=== Work required ===
Lines to return, exactly: from the line with "e10 v10 v8 LINE" to the line with "A parametric FreeCAD" in the entries below, both included.

Dataset entries:
════════════════════
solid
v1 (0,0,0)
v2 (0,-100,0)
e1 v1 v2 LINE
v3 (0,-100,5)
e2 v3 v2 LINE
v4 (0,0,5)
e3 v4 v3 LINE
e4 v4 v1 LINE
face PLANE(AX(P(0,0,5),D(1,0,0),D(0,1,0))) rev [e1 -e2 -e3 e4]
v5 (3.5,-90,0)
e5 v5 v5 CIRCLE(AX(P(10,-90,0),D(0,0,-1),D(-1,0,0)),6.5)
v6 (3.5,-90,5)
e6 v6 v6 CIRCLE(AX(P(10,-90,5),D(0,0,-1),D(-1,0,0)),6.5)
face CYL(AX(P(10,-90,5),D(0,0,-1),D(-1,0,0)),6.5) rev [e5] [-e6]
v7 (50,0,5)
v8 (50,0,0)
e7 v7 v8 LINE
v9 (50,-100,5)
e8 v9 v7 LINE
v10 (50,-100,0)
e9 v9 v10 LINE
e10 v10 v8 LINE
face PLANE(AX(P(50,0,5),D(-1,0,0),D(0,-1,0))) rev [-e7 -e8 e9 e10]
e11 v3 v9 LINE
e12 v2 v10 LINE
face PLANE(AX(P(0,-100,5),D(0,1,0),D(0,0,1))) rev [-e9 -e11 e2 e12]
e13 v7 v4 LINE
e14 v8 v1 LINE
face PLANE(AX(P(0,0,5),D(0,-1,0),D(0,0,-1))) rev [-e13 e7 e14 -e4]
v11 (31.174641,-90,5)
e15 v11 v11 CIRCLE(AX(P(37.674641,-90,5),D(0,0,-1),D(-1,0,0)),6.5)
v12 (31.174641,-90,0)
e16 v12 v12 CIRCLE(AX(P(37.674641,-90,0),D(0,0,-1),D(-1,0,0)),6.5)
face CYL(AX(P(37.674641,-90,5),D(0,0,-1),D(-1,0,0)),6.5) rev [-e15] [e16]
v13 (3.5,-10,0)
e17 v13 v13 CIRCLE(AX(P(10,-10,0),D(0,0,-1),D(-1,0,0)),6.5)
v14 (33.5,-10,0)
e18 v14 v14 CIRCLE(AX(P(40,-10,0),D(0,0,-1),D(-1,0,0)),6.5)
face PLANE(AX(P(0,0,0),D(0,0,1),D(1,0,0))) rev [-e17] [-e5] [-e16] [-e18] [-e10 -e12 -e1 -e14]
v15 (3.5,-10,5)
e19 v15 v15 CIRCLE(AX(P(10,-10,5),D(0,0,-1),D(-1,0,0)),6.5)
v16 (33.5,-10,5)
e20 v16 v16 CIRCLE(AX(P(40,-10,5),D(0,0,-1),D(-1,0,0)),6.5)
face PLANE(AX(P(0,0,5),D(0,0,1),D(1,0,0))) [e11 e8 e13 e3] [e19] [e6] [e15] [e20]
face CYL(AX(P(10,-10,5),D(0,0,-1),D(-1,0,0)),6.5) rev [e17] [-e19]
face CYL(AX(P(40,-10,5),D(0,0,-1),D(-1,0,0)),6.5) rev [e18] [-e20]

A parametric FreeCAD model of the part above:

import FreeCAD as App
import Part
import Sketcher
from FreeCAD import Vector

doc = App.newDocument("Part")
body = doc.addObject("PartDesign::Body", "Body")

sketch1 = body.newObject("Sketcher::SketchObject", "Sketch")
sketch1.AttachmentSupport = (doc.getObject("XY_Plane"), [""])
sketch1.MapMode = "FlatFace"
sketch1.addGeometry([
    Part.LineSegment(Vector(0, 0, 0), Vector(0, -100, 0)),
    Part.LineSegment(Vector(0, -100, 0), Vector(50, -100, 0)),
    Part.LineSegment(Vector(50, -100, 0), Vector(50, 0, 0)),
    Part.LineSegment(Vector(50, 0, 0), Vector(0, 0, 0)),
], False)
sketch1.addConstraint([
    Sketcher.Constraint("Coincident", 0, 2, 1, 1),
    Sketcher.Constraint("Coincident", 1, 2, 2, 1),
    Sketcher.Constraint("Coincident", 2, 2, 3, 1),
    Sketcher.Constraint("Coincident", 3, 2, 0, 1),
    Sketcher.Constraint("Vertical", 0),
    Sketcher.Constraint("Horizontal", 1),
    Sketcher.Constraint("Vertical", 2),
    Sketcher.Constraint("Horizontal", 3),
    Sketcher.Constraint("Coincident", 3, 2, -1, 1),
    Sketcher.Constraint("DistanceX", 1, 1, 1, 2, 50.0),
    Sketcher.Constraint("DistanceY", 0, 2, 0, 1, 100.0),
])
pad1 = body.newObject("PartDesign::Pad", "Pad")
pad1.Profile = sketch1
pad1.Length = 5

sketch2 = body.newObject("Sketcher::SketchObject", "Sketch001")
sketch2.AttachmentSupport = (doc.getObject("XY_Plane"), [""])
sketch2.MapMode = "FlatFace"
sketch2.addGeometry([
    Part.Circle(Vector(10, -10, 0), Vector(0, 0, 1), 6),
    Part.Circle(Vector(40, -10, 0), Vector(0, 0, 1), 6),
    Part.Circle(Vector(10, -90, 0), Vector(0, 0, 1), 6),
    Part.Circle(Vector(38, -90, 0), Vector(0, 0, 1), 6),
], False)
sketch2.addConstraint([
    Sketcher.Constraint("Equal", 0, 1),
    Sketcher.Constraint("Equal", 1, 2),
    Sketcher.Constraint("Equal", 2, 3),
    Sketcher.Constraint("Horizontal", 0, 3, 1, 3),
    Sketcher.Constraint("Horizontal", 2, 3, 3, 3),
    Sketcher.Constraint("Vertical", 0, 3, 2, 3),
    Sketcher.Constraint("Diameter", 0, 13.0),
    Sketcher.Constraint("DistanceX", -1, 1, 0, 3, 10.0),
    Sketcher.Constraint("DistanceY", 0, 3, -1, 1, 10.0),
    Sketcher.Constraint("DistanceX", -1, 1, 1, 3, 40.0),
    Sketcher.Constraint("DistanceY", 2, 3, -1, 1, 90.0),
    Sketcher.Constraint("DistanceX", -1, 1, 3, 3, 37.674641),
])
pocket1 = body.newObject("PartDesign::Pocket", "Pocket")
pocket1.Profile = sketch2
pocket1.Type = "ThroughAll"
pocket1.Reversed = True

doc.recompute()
════════════════════
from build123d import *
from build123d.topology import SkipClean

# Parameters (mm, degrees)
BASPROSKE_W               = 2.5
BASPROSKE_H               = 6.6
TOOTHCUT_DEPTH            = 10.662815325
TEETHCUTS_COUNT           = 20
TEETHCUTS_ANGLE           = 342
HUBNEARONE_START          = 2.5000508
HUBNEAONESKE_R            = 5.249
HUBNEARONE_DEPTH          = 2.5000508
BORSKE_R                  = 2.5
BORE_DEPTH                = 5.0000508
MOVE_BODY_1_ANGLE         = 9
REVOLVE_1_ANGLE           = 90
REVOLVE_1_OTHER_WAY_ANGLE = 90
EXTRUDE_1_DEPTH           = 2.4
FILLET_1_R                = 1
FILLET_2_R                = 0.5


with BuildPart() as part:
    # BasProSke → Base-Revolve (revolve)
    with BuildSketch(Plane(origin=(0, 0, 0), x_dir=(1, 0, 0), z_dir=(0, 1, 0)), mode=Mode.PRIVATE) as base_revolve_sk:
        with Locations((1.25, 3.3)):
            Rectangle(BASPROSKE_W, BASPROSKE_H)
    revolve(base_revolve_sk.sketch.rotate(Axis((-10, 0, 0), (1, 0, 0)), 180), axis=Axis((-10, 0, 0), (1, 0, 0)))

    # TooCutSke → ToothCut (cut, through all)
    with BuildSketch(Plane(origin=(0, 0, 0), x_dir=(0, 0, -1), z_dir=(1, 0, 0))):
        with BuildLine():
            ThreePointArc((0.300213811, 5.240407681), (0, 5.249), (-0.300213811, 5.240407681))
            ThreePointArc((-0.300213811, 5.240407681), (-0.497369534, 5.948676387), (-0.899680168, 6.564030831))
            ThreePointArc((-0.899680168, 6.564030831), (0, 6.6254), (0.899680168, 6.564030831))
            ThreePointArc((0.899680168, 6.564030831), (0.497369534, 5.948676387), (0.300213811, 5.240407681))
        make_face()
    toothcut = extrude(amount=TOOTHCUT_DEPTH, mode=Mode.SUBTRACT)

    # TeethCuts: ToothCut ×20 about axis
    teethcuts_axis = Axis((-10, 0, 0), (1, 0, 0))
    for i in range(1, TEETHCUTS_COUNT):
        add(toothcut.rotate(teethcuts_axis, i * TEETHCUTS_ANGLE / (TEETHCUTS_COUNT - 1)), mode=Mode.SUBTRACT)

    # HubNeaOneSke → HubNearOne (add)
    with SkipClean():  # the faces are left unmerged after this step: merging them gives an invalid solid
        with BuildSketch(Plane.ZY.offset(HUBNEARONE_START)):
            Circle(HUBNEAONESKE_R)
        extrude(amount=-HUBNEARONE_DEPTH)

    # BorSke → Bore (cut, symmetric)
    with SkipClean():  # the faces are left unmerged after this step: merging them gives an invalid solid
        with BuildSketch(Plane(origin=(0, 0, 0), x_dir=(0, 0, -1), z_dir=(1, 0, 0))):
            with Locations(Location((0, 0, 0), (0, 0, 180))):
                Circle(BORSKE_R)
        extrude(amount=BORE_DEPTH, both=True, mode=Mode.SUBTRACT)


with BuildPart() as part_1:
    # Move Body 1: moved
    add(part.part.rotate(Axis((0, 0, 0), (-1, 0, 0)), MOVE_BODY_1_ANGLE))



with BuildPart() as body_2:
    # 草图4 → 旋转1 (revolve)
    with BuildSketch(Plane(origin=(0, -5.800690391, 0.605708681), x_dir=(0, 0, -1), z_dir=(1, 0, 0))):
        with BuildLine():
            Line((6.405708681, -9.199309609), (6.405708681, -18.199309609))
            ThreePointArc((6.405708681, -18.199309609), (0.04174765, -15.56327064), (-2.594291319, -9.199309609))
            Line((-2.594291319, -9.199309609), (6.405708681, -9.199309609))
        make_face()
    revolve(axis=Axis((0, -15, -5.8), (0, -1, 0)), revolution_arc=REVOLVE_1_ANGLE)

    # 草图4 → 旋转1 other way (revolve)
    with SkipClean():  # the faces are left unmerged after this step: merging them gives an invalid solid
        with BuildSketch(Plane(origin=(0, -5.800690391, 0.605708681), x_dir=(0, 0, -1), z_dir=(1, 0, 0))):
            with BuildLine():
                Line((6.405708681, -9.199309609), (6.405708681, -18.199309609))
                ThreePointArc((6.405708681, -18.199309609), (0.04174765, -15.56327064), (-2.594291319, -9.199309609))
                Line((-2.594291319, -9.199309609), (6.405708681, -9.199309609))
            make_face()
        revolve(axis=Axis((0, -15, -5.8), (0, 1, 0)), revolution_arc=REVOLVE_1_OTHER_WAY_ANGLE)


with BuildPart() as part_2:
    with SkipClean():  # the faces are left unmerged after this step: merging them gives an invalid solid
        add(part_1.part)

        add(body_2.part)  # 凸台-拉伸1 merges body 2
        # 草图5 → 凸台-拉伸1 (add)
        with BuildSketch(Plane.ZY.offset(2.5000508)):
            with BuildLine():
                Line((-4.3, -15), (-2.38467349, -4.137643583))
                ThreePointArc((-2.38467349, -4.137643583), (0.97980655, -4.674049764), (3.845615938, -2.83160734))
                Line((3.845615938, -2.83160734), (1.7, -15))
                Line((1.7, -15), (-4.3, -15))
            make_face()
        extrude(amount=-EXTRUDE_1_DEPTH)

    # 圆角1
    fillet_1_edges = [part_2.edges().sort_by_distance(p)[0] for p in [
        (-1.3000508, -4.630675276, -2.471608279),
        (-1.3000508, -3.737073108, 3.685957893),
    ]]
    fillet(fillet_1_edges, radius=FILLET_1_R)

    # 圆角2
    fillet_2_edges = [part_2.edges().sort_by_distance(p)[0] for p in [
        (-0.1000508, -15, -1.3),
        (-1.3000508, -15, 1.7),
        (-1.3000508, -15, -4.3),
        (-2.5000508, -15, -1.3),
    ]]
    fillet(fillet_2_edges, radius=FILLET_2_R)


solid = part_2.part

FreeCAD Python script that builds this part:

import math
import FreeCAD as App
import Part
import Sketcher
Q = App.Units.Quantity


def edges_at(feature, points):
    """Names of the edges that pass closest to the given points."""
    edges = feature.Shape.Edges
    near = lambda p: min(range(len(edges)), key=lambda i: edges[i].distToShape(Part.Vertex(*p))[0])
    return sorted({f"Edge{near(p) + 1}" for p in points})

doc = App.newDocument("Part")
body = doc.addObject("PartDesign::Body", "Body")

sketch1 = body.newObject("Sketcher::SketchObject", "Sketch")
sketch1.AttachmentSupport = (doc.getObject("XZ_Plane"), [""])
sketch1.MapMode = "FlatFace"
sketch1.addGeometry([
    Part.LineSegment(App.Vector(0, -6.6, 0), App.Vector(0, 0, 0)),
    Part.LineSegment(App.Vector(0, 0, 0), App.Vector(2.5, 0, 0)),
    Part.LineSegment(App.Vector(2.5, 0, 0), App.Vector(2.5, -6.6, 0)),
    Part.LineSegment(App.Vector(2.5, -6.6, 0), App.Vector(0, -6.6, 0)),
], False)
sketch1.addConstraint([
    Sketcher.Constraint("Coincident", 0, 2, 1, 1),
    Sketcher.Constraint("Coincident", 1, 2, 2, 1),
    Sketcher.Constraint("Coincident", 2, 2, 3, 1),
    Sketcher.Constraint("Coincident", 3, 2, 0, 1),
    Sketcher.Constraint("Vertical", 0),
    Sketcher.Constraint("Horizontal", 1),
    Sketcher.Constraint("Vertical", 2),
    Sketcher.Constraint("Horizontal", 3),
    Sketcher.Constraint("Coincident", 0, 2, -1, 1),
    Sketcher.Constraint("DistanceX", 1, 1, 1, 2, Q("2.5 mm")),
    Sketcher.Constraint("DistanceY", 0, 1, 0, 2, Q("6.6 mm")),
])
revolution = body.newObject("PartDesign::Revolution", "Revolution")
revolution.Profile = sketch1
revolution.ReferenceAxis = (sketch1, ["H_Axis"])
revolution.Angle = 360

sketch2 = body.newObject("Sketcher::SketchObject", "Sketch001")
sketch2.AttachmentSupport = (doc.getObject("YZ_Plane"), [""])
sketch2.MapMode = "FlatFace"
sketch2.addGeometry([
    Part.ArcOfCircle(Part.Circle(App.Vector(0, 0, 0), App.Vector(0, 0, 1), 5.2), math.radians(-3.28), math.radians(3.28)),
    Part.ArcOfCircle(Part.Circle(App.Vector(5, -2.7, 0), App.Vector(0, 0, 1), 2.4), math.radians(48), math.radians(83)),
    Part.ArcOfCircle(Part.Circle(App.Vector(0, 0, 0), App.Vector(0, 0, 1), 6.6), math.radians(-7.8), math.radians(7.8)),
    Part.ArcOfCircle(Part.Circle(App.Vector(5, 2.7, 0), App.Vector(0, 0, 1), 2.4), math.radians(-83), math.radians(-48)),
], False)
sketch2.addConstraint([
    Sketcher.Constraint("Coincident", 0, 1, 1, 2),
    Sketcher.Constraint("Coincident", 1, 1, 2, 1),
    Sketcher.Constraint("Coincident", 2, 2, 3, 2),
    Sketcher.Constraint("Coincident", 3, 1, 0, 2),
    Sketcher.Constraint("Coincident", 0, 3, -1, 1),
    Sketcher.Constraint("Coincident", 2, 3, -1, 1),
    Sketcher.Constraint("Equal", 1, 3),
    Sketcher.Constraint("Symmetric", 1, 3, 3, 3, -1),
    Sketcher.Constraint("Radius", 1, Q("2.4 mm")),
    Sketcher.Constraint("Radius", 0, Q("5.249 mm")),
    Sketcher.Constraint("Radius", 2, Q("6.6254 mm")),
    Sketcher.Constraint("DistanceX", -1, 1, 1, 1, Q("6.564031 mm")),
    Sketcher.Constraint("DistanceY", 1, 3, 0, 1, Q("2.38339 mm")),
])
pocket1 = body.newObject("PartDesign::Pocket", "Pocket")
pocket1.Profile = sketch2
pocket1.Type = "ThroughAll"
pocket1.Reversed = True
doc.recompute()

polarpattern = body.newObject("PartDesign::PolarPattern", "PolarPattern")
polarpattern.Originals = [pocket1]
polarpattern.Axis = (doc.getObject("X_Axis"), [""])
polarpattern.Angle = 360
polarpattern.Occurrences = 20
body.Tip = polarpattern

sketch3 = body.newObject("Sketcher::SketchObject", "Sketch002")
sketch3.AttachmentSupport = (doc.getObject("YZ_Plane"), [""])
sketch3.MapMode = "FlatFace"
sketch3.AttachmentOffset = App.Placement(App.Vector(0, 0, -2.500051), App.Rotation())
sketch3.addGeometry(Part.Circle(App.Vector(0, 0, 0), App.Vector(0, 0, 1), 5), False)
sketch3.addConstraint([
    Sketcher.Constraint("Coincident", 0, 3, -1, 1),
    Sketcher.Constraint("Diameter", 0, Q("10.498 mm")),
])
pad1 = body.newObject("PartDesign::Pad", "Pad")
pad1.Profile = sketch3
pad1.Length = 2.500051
════════════════════
=== Final answer ===
e10 v10 v8 LINE
face PLANE(AX(P(50,0,5),D(-1,0,0),D(0,-1,0))) rev [-e7 -e8 e9 e10]
e11 v3 v9 LINE
e12 v2 v10 LINE
face PLANE(AX(P(0,-100,5),D(0,1,0),D(0,0,1))) rev [-e9 -e11 e2 e12]
e13 v7 v4 LINE
e14 v8 v1 LINE
face PLANE(AX(P(0,0,5),D(0,-1,0),D(0,0,-1))) rev [-e13 e7 e14 -e4]
v11 (31.174641,-90,5)
e15 v11 v11 CIRCLE(AX(P(37.674641,-90,5),D(0,0,-1),D(-1,0,0)),6.5)
v12 (31.174641,-90,0)
e16 v12 v12 CIRCLE(AX(P(37.674641,-90,0),D(0,0,-1),D(-1,0,0)),6.5)
face CYL(AX(P(37.674641,-90,5),D(0,0,-1),D(-1,0,0)),6.5) rev [-e15] [e16]
v13 (3.5,-10,0)
e17 v13 v13 CIRCLE(AX(P(10,-10,0),D(0,0,-1),D(-1,0,0)),6.5)
v14 (33.5,-10,0)
e18 v14 v14 CIRCLE(AX(P(40,-10,0),D(0,0,-1),D(-1,0,0)),6.5)
face PLANE(AX(P(0,0,0),D(0,0,1),D(1,0,0))) rev [-e17] [-e5] [-e16] [-e18] [-e10 -e12 -e1 -e14]
v15 (3.5,-10,5)
e19 v15 v15 CIRCLE(AX(P(10,-10,5),D(0,0,-1),D(-1,0,0)),6.5)
v16 (33.5,-10,5)
e20 v16 v16 CIRCLE(AX(P(40,-10,5),D(0,0,-1),D(-1,0,0)),6.5)
face PLANE(AX(P(0,0,5),D(0,0,1),D(1,0,0))) [e11 e8 e13 e3] [e19] [e6] [e15] [e20]
face CYL(AX(P(10,-10,5),D(0,0,-1),D(-1,0,0)),6.5) rev [e17] [-e19]
face CYL(AX(P(40,-10,5),D(0,0,-1),D(-1,0,0)),6.5) rev [e18] [-e20]

A parametric FreeCAD model of the part above:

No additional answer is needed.